Besides, the Commission noted, the practice would fly in the face of the very reason the additional funding was allowed in the first place, to benefit official language minority communities in those areas. At the time, Bell did not own any French-language TV stations in Ottawa, nor English-language stations in Quebec City.

Furthermore, “the Commission notes that other licensees with this authorization appear to have not had issues interpreting their conditions of licence correctly.”

In all, the CRTC calculates Bell “has misallocated $35,869,215.” But it is requiring Bell to only repay half of that ($17,924,607), which is the shortfall it would have had if it had the same deduction limits as other BDUs. Since that money would have otherwise gone to production funds, the CRTC is directing Bell to pay at least 80% to the Canada Media Fund and the rest to certified independent production funds by the end of this licence term.

“The Commission considers that the amounts to be paid to the CMF and CIPFs will serve to remedy the harm caused to the system,” the Commission wrote, though it acknowledged that the additional funding to local CTV newsrooms “mitigated to some extent” the damage.

The Commission allowed Bell to continue to double its community TV contributions for Ottawa and Quebec City, but the licences only allow Bell to redirect majority-language funding for local news, so the French-language community in Ottawa and English-language community in Quebec City will not have any funds deducted from their community channels.

The compliance issues Bell was faced with, and Telus and Videotron before it in separate proceedings, led Bell and a group of independent broadcasters to call for a review of the CRTC’s community television policy.

“Given the numerous rounds of questions from the Commission, it has become clear to us that the Commission’s intentions have not always been properly reflected in its stated policies.” – Bell Canada

“Given the numerous rounds of questions from the Commission, it has become clear to us that the Commission’s intentions have not always been properly reflected in its stated policies,” Bell wrote in its application. The Independent Broadcast Group, representing independent broadcasters including APTN, Channel Zero, Ethnic Channels Group, Hollywood Suite and Stingray, said Bell was exploiting “apparent loopholes” in policy and agreed that a review was necessary “to determine how widespread the practices disclosed in Bell’s renewal application are among (vertically integrated) BDUs.”

However, the Commission said such a review would not be retroactive. Instead, it dealt with compliance issues directly with licensees and gave them proper guidance going forward on how to interpret the policy. A full review of its community TV policy was “not necessary at this time,” it wrote.

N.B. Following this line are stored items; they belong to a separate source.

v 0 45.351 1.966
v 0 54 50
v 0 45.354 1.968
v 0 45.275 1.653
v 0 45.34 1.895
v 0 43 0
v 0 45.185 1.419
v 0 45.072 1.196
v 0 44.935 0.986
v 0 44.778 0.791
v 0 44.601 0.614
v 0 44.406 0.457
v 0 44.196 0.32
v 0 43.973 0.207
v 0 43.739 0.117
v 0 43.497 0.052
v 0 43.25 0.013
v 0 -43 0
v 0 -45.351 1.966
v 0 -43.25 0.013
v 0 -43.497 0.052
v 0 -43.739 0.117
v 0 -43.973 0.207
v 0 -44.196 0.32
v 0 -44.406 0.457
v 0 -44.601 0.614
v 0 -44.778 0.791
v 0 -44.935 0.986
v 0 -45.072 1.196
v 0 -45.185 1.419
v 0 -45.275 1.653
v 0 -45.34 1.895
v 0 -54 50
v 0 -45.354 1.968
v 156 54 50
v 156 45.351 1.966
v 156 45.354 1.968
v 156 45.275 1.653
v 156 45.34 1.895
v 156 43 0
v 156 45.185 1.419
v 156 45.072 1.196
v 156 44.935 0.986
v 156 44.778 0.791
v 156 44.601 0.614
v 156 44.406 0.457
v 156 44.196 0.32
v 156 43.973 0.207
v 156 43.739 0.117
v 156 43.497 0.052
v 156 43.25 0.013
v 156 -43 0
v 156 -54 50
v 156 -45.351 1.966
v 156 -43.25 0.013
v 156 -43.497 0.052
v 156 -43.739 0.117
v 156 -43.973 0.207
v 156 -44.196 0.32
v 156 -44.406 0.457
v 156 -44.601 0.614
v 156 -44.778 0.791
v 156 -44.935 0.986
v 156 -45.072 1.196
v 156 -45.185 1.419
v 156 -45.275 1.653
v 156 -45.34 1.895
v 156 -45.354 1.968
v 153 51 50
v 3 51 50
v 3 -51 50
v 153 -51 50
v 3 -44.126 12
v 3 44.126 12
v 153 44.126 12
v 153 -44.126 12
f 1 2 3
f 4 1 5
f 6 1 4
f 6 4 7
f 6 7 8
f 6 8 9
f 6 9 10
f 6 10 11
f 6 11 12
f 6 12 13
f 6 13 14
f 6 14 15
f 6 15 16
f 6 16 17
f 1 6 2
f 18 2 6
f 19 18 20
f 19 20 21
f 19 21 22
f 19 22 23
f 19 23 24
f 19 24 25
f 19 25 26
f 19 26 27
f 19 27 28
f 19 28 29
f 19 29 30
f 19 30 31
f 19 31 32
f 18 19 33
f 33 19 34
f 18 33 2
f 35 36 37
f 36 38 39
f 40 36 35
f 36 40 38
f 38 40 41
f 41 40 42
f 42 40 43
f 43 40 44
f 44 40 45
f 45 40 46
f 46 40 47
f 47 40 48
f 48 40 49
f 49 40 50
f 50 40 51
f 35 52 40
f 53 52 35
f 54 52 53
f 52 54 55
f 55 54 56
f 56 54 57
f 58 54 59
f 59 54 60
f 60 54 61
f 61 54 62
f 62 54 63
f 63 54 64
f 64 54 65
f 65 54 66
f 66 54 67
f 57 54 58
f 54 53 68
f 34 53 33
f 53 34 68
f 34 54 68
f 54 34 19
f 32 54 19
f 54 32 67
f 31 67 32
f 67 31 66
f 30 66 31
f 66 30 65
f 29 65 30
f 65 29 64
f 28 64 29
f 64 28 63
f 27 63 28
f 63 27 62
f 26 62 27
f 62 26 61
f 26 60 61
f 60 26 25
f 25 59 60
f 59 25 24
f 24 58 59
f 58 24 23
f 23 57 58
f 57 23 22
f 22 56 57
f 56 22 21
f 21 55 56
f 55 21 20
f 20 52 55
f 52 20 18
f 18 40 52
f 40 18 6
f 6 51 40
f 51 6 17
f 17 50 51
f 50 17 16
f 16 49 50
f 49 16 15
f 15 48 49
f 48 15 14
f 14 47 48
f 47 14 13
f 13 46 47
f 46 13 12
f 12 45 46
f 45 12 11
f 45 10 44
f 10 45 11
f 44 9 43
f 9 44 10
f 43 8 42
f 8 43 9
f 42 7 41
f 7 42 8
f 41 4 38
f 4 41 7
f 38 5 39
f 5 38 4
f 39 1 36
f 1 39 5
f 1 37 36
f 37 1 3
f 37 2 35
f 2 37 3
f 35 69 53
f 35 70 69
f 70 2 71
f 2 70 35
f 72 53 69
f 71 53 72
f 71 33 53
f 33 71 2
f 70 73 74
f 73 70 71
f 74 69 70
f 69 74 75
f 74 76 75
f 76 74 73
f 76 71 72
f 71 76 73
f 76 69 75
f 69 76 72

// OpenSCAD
// file: utils.scad
// Private variables
HEIGHT = 50;

TOP_WIDTH_NO_FILLET = 108;
BOTTOM_WIDTH_NO_FILLET = 90;

TOP_FILLET_RADIUS = 5;
BOTTOM_FILLET_RADIUS = 2;


// Public prameters
function height() = HEIGHT;
function bottom_width_no_fillet() = BOTTOM_WIDTH_NO_FILLET;
function top_width_no_fillet() = TOP_WIDTH_NO_FILLET;
function bottom_fillet_radius() = BOTTOM_FILLET_RADIUS;
function top_fillet_radius() = TOP_FILLET_RADIUS;

function wall_angle() = 90+atan2((top_width_no_fillet()-bottom_width_no_fillet())/2, height());


inside_frame_profile();


module fillet(r, a=90) {
    p1 = [r,0];
    p2 = [sin(90-a)*r, sin(a)*r];
    dist = sqrt( pow(p2[0]-p1[0], 2) + pow(p2[1]-p1[1] ,2) );
    cr = (dist/2) / sin( (180-a)/2 );

    difference() {
        polygon([[0,0],p1,p2]);
        translate([r,cr]) circle(r=cr);
    }
}

module inside_frame_profile(offsets=[0,0,0]) {
          
    bottom_offset = offsets[0];
    top_offset = offsets[1];
    side_offset = offsets[2];

    right_bottom =  [bottom_offset,     -bottom_width_no_fillet()/2 + (sin(90-wall_angle())*bottom_offset) + side_offset];
    right_top =     [height()-top_offset, -top_width_no_fillet()/2    - (sin(90-wall_angle())*top_offset)    + side_offset];
    left_top =      [height()-top_offset,  top_width_no_fillet()/2    + (sin(90-wall_angle())*top_offset)    - side_offset];
    left_bottom =   [bottom_offset,      bottom_width_no_fillet()/2 - (sin(90-wall_angle())*bottom_offset) - side_offset];
    
    difference() {
        polygon([right_bottom, right_top, left_top, left_bottom]);
        translate([0,bottom_width_no_fillet()/2]) rotate([0,0,-90]) fillet(bottom_fillet_radius(), wall_angle(), $fn=60);
        translate([0,-bottom_width_no_fillet()/2]) rotate([0,0,-90]) mirror([1,0,0]) fillet(bottom_fillet_radius(), wall_angle(), $fn=60);
    }
}
// main file
use <utils.scad>;


WALL_THICKNESS = 3;

battery_box_assembly(150+WALL_THICKNESS*2);


module battery_box_assembly(length) {
    battery_box(length);
    
}


module battery_box(length) {
    difference() {
        rotate([0,-90,180]) linear_extrude(length) inside_frame_profile(offsets=[0,0,0]);
        translate([WALL_THICKNESS, 0]) rotate([0,-90,180]) linear_extrude(length-WALL_THICKNESS*2) inside_frame_profile(offsets=[10+2,0,WALL_THICKNESS]);
    }
}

Meanwhile, the CRTC denied Bell’s request to allow it to operate zone-based community services in six areas, including one comprising all of its service areas in New Brunswick. It said Bell’s justification was “vague” and combining an entire province would be “a step away from the very nature of community television.”

Other aspects of the decision:

  • Bell neglected to seek a licence amendment that would have allowed it to include a 0.3% Independent Local News Fund contribution from its 5% overall Canadian programming contribution. It’s a technical matter, but the CRTC reminded Bell that it “must strictly adhere to its regulatory obligations at all times and that it is not at liberty to interpret its conditions of licence at its own discretion and convenience.”
  • The Commission allowed Saint-Jérôme to be merged with the Montreal service area.
  • It suspended conditions of licence that duplicate the Wholesale Code while the code remains in effect (Bell maintains a condition of licence requiring it to abide by the code).
  • It allowed Bell to not have to carry both OMNI stations and the mandatory OMNI Regional service where they would have identical programming (Shaw and Videotron have similar allowances).
  • Conditions related to set-top box ratings measurement are maintained while a separate application for amendments is still being considered.

Bell’s new TV distribution licences covering 31 markets in Ontario, Quebec, New Brunswick, Newfoundland and Labrador and Nova Scotia will be in effect from Nov. 1, 2020 to Aug. 31, 2024.